Int J Biol Macromol. 2012 Dec;51(5):1159-66.

Synthesis and characterization of novel nano-chitosan Schiff base and use of lead (II) sensor.[Pubmed: 22982811]

A new kind of nano-chitosan Schiff base ligand (CHNS) with particle size of 34 nm was formed by the reaction between the 2-amino groups of glucosamine residue of nano-chitosan and a 2,5-Dihydroxybenzaldehyde.
METHODS AND RESULTS:
The chemical structures of the nano-chitosan and nano-chitosan Schiff base were characterized by FT-IR spectra, particle sizer, zeta potential, and elemental analysis. A new, simple and effective chemically modified carbon paste electrode with CHNS was prepared and used as a lead (II) sensor. The prepared electrode was characterized using scanning electronic microscopy (SEM-EDX) and cyclic voltammetry (CV). The modified electrode showed only one oxidation peak in the anodic scan at -0.34 V (vs. Ag/AgCl) for the oxidation of lead (II). The dedection limit (LOD) was calculated as 1.36×10(-7) for a 10-min preconcentration time at pH 6.0.

Comptes Rendus Chimie, 2016,20(4): 365-9.
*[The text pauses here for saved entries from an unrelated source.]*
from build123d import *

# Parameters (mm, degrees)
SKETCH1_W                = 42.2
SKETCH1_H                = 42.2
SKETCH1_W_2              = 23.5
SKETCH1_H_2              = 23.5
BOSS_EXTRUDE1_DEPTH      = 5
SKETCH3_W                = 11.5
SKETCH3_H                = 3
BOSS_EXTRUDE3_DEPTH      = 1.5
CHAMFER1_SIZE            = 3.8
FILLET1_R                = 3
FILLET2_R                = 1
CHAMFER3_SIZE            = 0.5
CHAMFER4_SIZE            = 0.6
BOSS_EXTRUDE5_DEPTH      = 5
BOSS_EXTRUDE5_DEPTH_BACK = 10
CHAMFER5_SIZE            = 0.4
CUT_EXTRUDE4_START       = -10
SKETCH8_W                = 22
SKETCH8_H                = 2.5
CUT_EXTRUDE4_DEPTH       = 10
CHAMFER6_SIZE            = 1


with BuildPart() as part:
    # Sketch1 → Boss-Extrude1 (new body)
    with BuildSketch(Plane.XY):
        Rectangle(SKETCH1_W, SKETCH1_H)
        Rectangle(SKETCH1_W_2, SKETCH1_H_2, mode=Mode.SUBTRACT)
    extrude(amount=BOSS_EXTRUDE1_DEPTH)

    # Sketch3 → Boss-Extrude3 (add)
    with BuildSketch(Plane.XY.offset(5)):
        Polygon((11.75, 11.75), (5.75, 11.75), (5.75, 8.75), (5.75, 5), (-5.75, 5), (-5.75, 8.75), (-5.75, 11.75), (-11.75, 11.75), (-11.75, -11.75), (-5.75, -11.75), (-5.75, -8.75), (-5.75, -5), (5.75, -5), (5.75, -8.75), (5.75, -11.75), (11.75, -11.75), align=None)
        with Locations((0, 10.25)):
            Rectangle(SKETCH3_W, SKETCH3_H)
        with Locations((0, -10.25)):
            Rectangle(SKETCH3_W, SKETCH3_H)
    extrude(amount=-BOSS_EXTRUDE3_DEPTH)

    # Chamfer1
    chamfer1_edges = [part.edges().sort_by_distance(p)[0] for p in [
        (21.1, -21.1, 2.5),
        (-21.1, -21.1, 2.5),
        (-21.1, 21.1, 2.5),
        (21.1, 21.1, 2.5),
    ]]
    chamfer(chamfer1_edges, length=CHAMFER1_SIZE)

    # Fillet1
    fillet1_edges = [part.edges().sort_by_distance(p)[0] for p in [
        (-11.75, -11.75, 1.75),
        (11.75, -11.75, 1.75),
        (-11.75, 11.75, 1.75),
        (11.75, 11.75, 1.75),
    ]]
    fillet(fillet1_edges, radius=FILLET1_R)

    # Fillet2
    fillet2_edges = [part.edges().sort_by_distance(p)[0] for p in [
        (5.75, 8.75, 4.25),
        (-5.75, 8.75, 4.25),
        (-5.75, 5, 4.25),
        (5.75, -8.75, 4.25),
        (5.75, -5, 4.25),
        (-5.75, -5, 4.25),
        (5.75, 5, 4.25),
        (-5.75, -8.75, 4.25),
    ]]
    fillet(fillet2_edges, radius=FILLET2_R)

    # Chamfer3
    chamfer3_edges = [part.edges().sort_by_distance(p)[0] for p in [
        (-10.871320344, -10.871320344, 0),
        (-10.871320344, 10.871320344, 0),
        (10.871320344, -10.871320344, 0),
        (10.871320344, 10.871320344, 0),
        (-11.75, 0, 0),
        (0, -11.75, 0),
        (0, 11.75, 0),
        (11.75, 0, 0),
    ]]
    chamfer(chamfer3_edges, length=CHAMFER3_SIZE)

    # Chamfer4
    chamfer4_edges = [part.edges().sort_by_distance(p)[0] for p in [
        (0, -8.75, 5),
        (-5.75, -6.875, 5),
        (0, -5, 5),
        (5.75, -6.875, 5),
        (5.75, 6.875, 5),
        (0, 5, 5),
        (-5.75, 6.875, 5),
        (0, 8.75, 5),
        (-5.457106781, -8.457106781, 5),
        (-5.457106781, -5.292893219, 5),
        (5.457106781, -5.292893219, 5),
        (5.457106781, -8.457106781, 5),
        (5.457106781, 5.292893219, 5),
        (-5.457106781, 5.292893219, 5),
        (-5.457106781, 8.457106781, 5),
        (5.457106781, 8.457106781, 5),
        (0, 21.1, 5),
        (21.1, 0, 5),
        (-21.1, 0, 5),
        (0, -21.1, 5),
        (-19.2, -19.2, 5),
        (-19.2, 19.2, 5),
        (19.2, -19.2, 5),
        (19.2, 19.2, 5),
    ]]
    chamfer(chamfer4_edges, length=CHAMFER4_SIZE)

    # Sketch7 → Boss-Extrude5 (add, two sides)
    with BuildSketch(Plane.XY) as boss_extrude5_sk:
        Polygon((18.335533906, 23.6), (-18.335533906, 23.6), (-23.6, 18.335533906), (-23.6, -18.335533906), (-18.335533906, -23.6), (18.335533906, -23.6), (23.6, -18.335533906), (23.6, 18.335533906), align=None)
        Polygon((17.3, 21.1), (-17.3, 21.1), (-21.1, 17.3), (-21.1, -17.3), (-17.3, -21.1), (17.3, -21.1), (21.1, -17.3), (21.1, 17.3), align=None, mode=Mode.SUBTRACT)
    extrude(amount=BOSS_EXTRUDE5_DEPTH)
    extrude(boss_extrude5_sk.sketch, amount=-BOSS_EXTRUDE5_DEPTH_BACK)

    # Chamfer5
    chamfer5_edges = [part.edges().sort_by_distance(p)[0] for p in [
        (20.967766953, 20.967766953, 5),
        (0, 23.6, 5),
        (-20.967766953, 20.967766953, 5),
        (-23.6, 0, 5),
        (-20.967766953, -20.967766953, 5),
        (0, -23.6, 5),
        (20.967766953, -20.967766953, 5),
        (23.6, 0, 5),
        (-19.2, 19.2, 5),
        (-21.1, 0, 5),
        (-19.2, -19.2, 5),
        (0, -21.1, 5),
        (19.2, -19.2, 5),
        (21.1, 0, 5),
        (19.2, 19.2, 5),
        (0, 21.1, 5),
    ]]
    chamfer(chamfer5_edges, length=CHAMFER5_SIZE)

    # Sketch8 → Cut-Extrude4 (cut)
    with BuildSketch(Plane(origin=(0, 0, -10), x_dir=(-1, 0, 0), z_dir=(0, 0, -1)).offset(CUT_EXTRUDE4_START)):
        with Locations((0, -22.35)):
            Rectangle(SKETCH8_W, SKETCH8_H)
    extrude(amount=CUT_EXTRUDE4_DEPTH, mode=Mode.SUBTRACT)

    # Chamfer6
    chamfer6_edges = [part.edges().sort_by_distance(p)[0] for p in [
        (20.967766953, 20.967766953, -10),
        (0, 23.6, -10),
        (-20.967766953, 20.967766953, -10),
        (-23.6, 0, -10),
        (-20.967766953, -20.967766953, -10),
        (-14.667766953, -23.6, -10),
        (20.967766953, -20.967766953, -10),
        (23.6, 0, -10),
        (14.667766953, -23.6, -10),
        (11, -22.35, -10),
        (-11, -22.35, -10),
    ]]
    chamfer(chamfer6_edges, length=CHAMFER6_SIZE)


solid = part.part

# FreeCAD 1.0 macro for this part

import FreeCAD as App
import Part
import Sketcher


def edges_at(feature, points):
    """Names of the edges that pass closest to the given points."""
    edges = feature.Shape.Edges
    near = lambda p: min(range(len(edges)), key=lambda i: edges[i].distToShape(Part.Vertex(*p))[0])
    return sorted({f"Edge{near(p) + 1}" for p in points})


def add_polygon(sketch, points):
    """Adds a closed chain of lines whose ends are joined by coincident constraints."""
    first, n = sketch.GeometryCount, len(points)
    for a, b in zip(points, points[1:] + points[:1]):
        sketch.addGeometry(Part.LineSegment(App.Vector(*a, 0), App.Vector(*b, 0)), False)
    for i in range(n):
        sketch.addConstraint(Sketcher.Constraint("Coincident", first + i, 2, first + (i + 1) % n, 1))

doc = App.newDocument("Part")
body = doc.addObject("PartDesign::Body", "Body")

sketch1 = body.newObject("Sketcher::SketchObject", "Sketch")
sketch1.AttachmentSupport = (doc.getObject("XY_Plane"), [""])
sketch1.MapMode = "FlatFace"
add_polygon(sketch1, [(-21, 21), (-21, -21), (21, -21), (21, 21)])
add_polygon(sketch1, [(12, -12), (-12, -12), (-12, 12), (12, 12)])
sketch1.addConstraint([
    Sketcher.Constraint("Vertical", 0),
    Sketcher.Constraint("Horizontal", 1),
    Sketcher.Constraint("Vertical", 2),
    Sketcher.Constraint("Horizontal", 3),
    Sketcher.Constraint("Horizontal", 4),
    Sketcher.Constraint("Vertical", 5),
    Sketcher.Constraint("Horizontal", 6),
    Sketcher.Constraint("Vertical", 7),
    Sketcher.Constraint("Symmetric", 0, 2, 2, 2, -1, 1),
    Sketcher.Constraint("Symmetric", 4, 2, 6, 2, -1, 1),
    Sketcher.Constraint("Equal", 3, 0),
    Sketcher.Constraint("Equal", 6, 5),
    Sketcher.Constraint("DistanceX", 1, 1, 1, 2, 42.2),
    Sketcher.Constraint("DistanceX", 4, 2, 4, 1, 23.5),
])
pad1 = body.newObject("PartDesign::Pad", "Pad")
pad1.Profile = sketch1
pad1.Length = 5

sketch2 = body.newObject("Sketcher::SketchObject", "Sketch001")
sketch2.AttachmentSupport = (doc.getObject("XY_Plane"), [""])
sketch2.MapMode = "FlatFace"
sketch2.AttachmentOffset = App.Placement(App.Vector(0, 0, 5), App.Rotation())
add_polygon(sketch2, [(11.8, 11.8), (-11.8, 11.8), (-11.8, -11.8), (11.8, -11.8)])
add_polygon(sketch2, [(-5.8, -8.8), (-5.8, -5), (5.8, -5), (5.8, -8.8)])
add_polygon(sketch2, [(5.8, 8.8), (5.8, 5), (-5.8, 5), (-5.8, 8.8)])
sketch2.addConstraint([
    Sketcher.Constraint("Horizontal", 0),
    Sketcher.Constraint("Vertical", 1),
    Sketcher.Constraint("Horizontal", 2),
    Sketcher.Constraint("Vertical", 3),
    Sketcher.Constraint("Vertical", 4),
    Sketcher.Constraint("Horizontal", 5),
    Sketcher.Constraint("Vertical", 6),
    Sketcher.Constraint("Horizontal", 7),
    Sketcher.Constraint("Vertical", 8),
    Sketcher.Constraint("Horizontal", 9),
    Sketcher.Constraint("Vertical", 10),
    Sketcher.Constraint("Horizontal", 11),
    Sketcher.Constraint("Symmetric", 0, 2, 2, 2, -1, 1),
    Sketcher.Constraint("Symmetric", 4, 2, 8, 2, -1, 1),
    Sketcher.Constraint("Symmetric", 6, 2, 10, 2, -1, 1),
    Sketcher.Constraint("Vertical", 6, 2, 8, 2),
    Sketcher.Constraint("Equal", 2, 1),
    Sketcher.Constraint("DistanceX", 0, 2, 0, 1, 23.5),
    Sketcher.Constraint("DistanceX", 5, 1, 5, 2, 11.5),
    Sketcher.Constraint("DistanceY", 4, 2, -1, 1, 5.0),
    Sketcher.Constraint("DistanceY", 2, 2, 6, 2, 3.0),
])
pad2 = body.newObject("PartDesign::Pad", "Pad001")
pad2.Profile = sketch2
pad2.Length = 1.5
pad2.Reversed = True
doc.recompute()

chamfer = body.newObject("PartDesign::Chamfer", "Chamfer")
chamfer.Base = (pad2, edges_at(pad2, [
    (21.1, -21.1, 2.5),
    (-21.1, -21.1, 2.5),
    (-21.1, 21.1, 2.5),
    (21.1, 21.1, 2.5),
]))
chamfer.Size = 3.8
doc.recompute()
Spectroscopic determination of the dissociation constants of 2,4- and 2,5-dihydroxybenzaldehydes and relationships to their antioxidant activities[Reference: WebLink]

METHODS AND RESULTS:
UV–visible spectra of 2,4-dihydroxybenzaldehyde and 2,5-Dihydroxybenzaldehyde (2,4DHB and 2,5DHB) are recorded in a wide range of pH. The dissociation pK values obtained from these measurements were 6.94 ± 0.03 and 9.28 ± 0.03 for 2,4DHB and 8.42 ± 0.03 and 10.93 ± 0.03 for 2,5DHB.
CONCLUSIONS:
The results indicate that the pH at which the assays for antioxidant capacity measurements are made is very important in light of the hydroxyl group dissociation, because of the different dissociation constants of the different isomers. The percentage of dissociation of each group is essential, the positions of these groups in the ring appearing as a secondary factor.